▸ MATERIAL SUPPLIED

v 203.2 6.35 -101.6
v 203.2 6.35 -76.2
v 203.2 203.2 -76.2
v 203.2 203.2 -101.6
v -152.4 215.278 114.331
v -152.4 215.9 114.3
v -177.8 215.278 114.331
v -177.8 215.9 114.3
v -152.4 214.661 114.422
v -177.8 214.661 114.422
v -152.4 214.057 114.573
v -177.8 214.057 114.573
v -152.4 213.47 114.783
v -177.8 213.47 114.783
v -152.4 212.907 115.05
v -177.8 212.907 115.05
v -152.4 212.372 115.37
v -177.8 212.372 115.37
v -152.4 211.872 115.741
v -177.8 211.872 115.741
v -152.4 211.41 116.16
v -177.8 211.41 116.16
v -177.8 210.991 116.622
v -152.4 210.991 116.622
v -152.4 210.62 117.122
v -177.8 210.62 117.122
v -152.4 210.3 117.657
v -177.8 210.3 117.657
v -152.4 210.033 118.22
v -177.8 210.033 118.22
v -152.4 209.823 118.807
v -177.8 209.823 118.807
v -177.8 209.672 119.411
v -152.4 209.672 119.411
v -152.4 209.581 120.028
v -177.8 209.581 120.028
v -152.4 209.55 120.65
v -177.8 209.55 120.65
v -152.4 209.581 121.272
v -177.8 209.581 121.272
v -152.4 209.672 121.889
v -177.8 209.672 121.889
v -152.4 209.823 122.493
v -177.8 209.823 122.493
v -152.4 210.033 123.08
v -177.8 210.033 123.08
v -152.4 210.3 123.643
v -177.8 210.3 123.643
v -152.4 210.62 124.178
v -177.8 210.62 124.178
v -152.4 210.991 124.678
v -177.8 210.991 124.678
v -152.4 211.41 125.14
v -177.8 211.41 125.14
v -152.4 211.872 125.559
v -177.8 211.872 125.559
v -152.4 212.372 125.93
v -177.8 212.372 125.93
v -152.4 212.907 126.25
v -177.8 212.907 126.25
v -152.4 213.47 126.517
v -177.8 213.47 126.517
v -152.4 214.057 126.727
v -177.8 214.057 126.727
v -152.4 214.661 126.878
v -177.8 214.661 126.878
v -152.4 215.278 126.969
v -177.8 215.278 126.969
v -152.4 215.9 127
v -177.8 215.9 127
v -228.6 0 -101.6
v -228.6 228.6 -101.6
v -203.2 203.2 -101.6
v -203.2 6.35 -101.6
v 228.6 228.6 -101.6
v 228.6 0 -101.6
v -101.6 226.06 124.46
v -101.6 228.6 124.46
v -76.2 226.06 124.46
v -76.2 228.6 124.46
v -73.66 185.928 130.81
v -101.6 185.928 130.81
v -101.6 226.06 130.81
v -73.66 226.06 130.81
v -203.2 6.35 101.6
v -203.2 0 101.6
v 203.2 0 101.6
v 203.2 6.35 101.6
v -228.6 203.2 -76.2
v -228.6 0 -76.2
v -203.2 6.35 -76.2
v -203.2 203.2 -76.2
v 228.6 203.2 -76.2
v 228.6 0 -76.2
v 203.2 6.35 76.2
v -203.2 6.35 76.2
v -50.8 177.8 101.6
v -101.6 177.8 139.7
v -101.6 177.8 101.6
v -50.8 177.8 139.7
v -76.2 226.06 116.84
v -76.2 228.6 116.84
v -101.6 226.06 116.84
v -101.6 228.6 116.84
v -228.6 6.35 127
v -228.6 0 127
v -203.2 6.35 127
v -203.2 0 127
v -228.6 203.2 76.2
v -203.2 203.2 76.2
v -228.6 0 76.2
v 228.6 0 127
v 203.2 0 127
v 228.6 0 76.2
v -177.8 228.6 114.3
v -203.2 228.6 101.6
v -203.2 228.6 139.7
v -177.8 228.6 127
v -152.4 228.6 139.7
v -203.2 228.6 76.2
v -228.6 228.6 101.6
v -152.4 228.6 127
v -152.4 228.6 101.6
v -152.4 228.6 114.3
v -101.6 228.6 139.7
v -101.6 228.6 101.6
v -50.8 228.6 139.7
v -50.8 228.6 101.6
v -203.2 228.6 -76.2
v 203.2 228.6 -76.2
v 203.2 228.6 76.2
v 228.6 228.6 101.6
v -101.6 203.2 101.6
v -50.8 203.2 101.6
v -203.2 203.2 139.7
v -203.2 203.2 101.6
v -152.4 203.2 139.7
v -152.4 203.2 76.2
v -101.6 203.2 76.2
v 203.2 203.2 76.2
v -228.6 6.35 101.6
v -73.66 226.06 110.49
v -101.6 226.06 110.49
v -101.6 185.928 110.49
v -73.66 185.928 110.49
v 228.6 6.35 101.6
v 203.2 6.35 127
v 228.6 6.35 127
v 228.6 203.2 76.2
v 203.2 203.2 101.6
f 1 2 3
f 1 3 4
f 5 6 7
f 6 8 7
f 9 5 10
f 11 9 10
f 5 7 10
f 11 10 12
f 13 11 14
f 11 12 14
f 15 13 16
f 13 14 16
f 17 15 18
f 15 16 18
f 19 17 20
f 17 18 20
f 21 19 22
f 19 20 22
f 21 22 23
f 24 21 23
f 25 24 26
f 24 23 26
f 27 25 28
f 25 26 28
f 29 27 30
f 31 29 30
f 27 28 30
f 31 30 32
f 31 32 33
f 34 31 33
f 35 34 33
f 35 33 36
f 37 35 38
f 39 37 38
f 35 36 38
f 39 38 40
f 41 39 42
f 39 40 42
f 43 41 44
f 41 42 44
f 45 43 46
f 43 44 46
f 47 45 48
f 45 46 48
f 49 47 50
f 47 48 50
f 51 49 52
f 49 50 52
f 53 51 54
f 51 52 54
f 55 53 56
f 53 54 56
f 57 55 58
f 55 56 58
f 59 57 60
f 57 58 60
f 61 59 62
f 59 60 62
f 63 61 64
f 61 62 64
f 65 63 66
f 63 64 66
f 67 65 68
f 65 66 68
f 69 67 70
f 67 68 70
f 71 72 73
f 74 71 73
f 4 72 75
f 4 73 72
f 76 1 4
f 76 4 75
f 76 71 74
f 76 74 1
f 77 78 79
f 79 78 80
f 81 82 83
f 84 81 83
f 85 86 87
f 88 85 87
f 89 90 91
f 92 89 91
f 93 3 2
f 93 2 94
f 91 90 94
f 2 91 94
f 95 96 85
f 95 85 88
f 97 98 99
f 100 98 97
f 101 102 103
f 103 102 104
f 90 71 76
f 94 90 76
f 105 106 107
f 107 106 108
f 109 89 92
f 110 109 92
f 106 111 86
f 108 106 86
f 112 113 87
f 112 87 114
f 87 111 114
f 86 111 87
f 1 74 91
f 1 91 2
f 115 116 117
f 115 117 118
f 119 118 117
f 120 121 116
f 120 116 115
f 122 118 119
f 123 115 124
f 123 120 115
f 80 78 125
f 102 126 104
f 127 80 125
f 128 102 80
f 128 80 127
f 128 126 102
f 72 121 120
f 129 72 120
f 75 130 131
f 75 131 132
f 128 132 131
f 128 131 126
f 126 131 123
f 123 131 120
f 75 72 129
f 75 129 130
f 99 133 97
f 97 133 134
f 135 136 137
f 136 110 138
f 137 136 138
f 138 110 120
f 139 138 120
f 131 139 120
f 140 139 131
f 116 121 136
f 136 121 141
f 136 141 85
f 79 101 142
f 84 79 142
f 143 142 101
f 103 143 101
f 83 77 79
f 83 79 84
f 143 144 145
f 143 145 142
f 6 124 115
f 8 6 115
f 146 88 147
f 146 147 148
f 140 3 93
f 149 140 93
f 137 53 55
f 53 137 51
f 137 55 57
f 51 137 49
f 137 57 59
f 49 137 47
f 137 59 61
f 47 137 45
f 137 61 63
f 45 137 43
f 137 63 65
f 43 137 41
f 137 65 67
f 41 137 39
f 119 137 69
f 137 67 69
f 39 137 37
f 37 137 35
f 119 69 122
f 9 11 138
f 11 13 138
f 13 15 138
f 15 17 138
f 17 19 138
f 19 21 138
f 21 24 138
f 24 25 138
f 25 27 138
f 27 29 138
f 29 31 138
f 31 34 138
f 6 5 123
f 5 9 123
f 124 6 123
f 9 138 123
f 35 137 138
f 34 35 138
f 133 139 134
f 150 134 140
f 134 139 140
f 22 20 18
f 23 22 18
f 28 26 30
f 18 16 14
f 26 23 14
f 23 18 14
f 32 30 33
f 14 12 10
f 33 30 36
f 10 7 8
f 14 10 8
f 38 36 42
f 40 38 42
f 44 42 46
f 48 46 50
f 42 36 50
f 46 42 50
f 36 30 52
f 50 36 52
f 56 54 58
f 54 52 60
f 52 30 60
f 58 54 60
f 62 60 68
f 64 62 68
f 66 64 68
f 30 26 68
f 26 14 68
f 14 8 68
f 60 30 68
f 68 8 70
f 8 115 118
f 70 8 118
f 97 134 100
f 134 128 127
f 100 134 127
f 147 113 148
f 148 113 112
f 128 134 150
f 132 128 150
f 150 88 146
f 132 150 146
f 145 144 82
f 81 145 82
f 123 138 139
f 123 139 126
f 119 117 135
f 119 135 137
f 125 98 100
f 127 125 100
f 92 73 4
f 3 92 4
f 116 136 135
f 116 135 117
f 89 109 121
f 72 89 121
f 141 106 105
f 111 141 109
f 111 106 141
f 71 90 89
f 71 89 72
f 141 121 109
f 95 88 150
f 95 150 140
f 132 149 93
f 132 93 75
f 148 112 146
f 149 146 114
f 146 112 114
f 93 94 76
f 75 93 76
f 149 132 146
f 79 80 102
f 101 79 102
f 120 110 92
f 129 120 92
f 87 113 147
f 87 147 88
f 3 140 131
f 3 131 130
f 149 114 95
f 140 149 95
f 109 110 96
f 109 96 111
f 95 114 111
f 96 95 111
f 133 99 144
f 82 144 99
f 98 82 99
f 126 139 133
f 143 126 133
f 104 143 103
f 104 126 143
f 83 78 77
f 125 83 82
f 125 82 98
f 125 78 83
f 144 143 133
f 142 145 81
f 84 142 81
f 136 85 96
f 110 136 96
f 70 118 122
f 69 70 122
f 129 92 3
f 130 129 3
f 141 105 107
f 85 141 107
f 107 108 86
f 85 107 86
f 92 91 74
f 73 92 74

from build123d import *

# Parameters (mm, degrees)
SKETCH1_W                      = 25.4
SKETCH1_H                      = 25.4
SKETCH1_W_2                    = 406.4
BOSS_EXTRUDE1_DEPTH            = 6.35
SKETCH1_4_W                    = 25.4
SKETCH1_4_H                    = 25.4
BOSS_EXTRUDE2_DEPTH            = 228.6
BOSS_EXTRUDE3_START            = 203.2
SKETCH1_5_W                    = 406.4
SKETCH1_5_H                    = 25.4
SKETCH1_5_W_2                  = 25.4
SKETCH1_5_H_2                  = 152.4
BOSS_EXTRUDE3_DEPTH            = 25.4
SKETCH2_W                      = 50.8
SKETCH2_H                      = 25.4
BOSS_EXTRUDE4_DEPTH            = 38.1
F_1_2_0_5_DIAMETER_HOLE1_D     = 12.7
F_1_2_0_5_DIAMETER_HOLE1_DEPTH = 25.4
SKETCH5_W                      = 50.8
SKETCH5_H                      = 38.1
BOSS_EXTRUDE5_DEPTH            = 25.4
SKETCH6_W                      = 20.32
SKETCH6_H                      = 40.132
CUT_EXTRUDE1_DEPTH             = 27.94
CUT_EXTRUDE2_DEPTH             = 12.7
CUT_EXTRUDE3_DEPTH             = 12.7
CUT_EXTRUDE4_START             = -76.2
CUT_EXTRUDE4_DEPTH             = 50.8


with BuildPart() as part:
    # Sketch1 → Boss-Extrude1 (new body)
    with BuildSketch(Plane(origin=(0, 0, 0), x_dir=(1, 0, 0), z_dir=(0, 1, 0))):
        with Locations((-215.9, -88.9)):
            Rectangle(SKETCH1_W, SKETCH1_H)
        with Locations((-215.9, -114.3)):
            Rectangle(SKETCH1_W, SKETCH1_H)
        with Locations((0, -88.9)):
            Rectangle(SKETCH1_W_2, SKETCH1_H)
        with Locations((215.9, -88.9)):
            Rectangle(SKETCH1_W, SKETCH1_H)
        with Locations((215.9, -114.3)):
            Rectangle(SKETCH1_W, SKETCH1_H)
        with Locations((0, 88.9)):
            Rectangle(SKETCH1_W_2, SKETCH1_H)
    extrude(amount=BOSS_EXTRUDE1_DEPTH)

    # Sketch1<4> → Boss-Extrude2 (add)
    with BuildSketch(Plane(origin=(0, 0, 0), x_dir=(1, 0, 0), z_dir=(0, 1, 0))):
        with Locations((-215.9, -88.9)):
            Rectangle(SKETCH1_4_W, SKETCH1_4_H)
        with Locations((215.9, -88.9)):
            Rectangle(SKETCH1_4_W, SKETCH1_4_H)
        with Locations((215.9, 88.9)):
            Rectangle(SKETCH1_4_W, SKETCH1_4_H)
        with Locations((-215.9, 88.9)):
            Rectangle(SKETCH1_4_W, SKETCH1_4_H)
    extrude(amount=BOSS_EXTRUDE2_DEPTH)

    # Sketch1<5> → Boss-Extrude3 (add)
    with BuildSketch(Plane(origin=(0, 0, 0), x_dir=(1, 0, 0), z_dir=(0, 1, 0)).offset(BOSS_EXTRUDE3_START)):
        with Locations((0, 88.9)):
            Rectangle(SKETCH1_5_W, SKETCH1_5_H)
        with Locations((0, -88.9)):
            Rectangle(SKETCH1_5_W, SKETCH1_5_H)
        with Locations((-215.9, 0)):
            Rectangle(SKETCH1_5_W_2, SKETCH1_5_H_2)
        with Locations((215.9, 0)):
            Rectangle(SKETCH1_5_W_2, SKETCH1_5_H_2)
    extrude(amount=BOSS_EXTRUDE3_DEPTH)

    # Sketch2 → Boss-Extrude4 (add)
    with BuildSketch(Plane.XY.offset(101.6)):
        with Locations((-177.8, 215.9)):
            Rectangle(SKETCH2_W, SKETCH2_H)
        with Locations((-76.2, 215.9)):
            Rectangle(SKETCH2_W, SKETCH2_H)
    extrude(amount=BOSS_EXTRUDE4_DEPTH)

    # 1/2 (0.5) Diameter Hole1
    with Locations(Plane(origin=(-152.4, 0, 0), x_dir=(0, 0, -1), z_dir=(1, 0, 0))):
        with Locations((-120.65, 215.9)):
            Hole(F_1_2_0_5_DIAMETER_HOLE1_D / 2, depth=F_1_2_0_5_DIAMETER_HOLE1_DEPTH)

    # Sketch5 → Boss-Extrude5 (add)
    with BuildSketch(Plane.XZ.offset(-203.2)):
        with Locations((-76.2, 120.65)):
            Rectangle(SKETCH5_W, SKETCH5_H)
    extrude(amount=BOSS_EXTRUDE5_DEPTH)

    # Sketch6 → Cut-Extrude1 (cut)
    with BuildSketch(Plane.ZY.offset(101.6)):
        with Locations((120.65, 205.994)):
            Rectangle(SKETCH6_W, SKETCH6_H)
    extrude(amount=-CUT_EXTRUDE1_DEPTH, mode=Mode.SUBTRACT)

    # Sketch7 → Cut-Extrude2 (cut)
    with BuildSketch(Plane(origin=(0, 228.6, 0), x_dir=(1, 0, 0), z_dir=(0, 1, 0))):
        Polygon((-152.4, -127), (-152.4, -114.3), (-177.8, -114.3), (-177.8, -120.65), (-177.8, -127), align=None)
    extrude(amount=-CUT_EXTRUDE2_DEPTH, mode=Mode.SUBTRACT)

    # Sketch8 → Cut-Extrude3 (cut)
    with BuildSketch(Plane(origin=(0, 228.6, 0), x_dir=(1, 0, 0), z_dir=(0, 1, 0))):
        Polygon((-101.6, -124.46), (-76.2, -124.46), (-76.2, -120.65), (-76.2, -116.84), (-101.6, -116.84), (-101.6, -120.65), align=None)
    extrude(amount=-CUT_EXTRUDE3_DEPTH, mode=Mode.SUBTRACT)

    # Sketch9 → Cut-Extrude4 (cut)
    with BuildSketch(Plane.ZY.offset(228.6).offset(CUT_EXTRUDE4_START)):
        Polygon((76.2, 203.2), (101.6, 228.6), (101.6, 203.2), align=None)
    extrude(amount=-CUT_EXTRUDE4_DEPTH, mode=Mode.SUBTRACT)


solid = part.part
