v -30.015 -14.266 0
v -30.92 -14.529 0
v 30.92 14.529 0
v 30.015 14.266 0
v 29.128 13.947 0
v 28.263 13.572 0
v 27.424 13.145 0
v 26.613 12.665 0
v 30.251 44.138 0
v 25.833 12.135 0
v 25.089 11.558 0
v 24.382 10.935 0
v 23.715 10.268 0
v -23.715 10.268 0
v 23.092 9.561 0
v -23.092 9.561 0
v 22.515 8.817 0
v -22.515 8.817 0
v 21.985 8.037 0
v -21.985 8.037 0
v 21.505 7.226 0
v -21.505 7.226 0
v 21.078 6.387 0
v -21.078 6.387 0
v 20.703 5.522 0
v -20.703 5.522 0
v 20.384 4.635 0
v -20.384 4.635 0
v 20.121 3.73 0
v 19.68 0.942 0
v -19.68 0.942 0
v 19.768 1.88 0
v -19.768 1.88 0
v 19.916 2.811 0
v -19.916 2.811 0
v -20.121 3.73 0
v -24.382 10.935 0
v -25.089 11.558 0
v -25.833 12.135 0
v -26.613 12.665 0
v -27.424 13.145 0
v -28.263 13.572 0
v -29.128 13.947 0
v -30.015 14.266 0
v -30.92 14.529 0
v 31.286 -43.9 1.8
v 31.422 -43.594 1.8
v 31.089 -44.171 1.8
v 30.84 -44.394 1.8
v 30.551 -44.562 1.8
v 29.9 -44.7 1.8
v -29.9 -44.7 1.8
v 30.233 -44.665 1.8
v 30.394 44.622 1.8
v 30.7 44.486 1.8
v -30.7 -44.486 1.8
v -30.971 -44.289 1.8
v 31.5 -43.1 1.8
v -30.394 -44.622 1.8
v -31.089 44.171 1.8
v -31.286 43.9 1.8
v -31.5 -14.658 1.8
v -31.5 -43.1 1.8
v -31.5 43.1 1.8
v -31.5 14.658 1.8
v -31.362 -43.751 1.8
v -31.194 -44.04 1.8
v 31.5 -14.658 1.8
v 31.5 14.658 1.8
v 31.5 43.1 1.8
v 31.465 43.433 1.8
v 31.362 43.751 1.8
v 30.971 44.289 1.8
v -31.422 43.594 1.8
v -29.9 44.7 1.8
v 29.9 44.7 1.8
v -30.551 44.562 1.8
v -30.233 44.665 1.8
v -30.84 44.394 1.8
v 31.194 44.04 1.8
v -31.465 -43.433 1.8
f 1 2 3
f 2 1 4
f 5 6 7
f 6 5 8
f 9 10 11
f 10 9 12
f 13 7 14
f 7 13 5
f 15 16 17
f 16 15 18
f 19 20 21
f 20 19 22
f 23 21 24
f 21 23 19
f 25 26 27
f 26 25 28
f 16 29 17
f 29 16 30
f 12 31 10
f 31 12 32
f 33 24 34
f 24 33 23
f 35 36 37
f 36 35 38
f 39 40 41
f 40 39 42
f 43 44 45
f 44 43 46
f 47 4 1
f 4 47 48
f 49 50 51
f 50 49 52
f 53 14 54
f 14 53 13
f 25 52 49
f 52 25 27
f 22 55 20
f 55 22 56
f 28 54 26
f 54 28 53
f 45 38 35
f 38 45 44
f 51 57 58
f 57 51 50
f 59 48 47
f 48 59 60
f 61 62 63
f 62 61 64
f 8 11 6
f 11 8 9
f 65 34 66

▸ DIRECTIONS
What you retype should run from the first line of the entries above through the line containing "v -101.6 177.8 139.7", exactly and in full.

▸ THE COMPLETED TASK
v 203.2 6.35 -101.6
v 203.2 6.35 -76.2
v 203.2 203.2 -76.2
v 203.2 203.2 -101.6
v -152.4 215.278 114.331
v -152.4 215.9 114.3
v -177.8 215.278 114.331
v -177.8 215.9 114.3
v -152.4 214.661 114.422
v -177.8 214.661 114.422
v -152.4 214.057 114.573
v -177.8 214.057 114.573
v -152.4 213.47 114.783
v -177.8 213.47 114.783
v -152.4 212.907 115.05
v -177.8 212.907 115.05
v -152.4 212.372 115.37
v -177.8 212.372 115.37
v -152.4 211.872 115.741
v -177.8 211.872 115.741
v -152.4 211.41 116.16
v -177.8 211.41 116.16
v -177.8 210.991 116.622
v -152.4 210.991 116.622
v -152.4 210.62 117.122
v -177.8 210.62 117.122
v -152.4 210.3 117.657
v -177.8 210.3 117.657
v -152.4 210.033 118.22
v -177.8 210.033 118.22
v -152.4 209.823 118.807
v -177.8 209.823 118.807
v -177.8 209.672 119.411
v -152.4 209.672 119.411
v -152.4 209.581 120.028
v -177.8 209.581 120.028
v -152.4 209.55 120.65
v -177.8 209.55 120.65
v -152.4 209.581 121.272
v -177.8 209.581 121.272
v -152.4 209.672 121.889
v -177.8 209.672 121.889
v -152.4 209.823 122.493
v -177.8 209.823 122.493
v -152.4 210.033 123.08
v -177.8 210.033 123.08
v -152.4 210.3 123.643
v -177.8 210.3 123.643
v -152.4 210.62 124.178
v -177.8 210.62 124.178
v -152.4 210.991 124.678
v -177.8 210.991 124.678
v -152.4 211.41 125.14
v -177.8 211.41 125.14
v -152.4 211.872 125.559
v -177.8 211.872 125.559
v -152.4 212.372 125.93
v -177.8 212.372 125.93
v -152.4 212.907 126.25
v -177.8 212.907 126.25
v -152.4 213.47 126.517
v -177.8 213.47 126.517
v -152.4 214.057 126.727
v -177.8 214.057 126.727
v -152.4 214.661 126.878
v -177.8 214.661 126.878
v -152.4 215.278 126.969
v -177.8 215.278 126.969
v -152.4 215.9 127
v -177.8 215.9 127
v -228.6 0 -101.6
v -228.6 228.6 -101.6
v -203.2 203.2 -101.6
v -203.2 6.35 -101.6
v 228.6 228.6 -101.6
v 228.6 0 -101.6
v -101.6 226.06 124.46
v -101.6 228.6 124.46
v -76.2 226.06 124.46
v -76.2 228.6 124.46
v -73.66 185.928 130.81
v -101.6 185.928 130.81
v -101.6 226.06 130.81
v -73.66 226.06 130.81
v -203.2 6.35 101.6
v -203.2 0 101.6
v 203.2 0 101.6
v 203.2 6.35 101.6
v -228.6 203.2 -76.2
v -228.6 0 -76.2
v -203.2 6.35 -76.2
v -203.2 203.2 -76.2
v 228.6 203.2 -76.2
v 228.6 0 -76.2
v 203.2 6.35 76.2
v -203.2 6.35 76.2
v -50.8 177.8 101.6
v -101.6 177.8 139.7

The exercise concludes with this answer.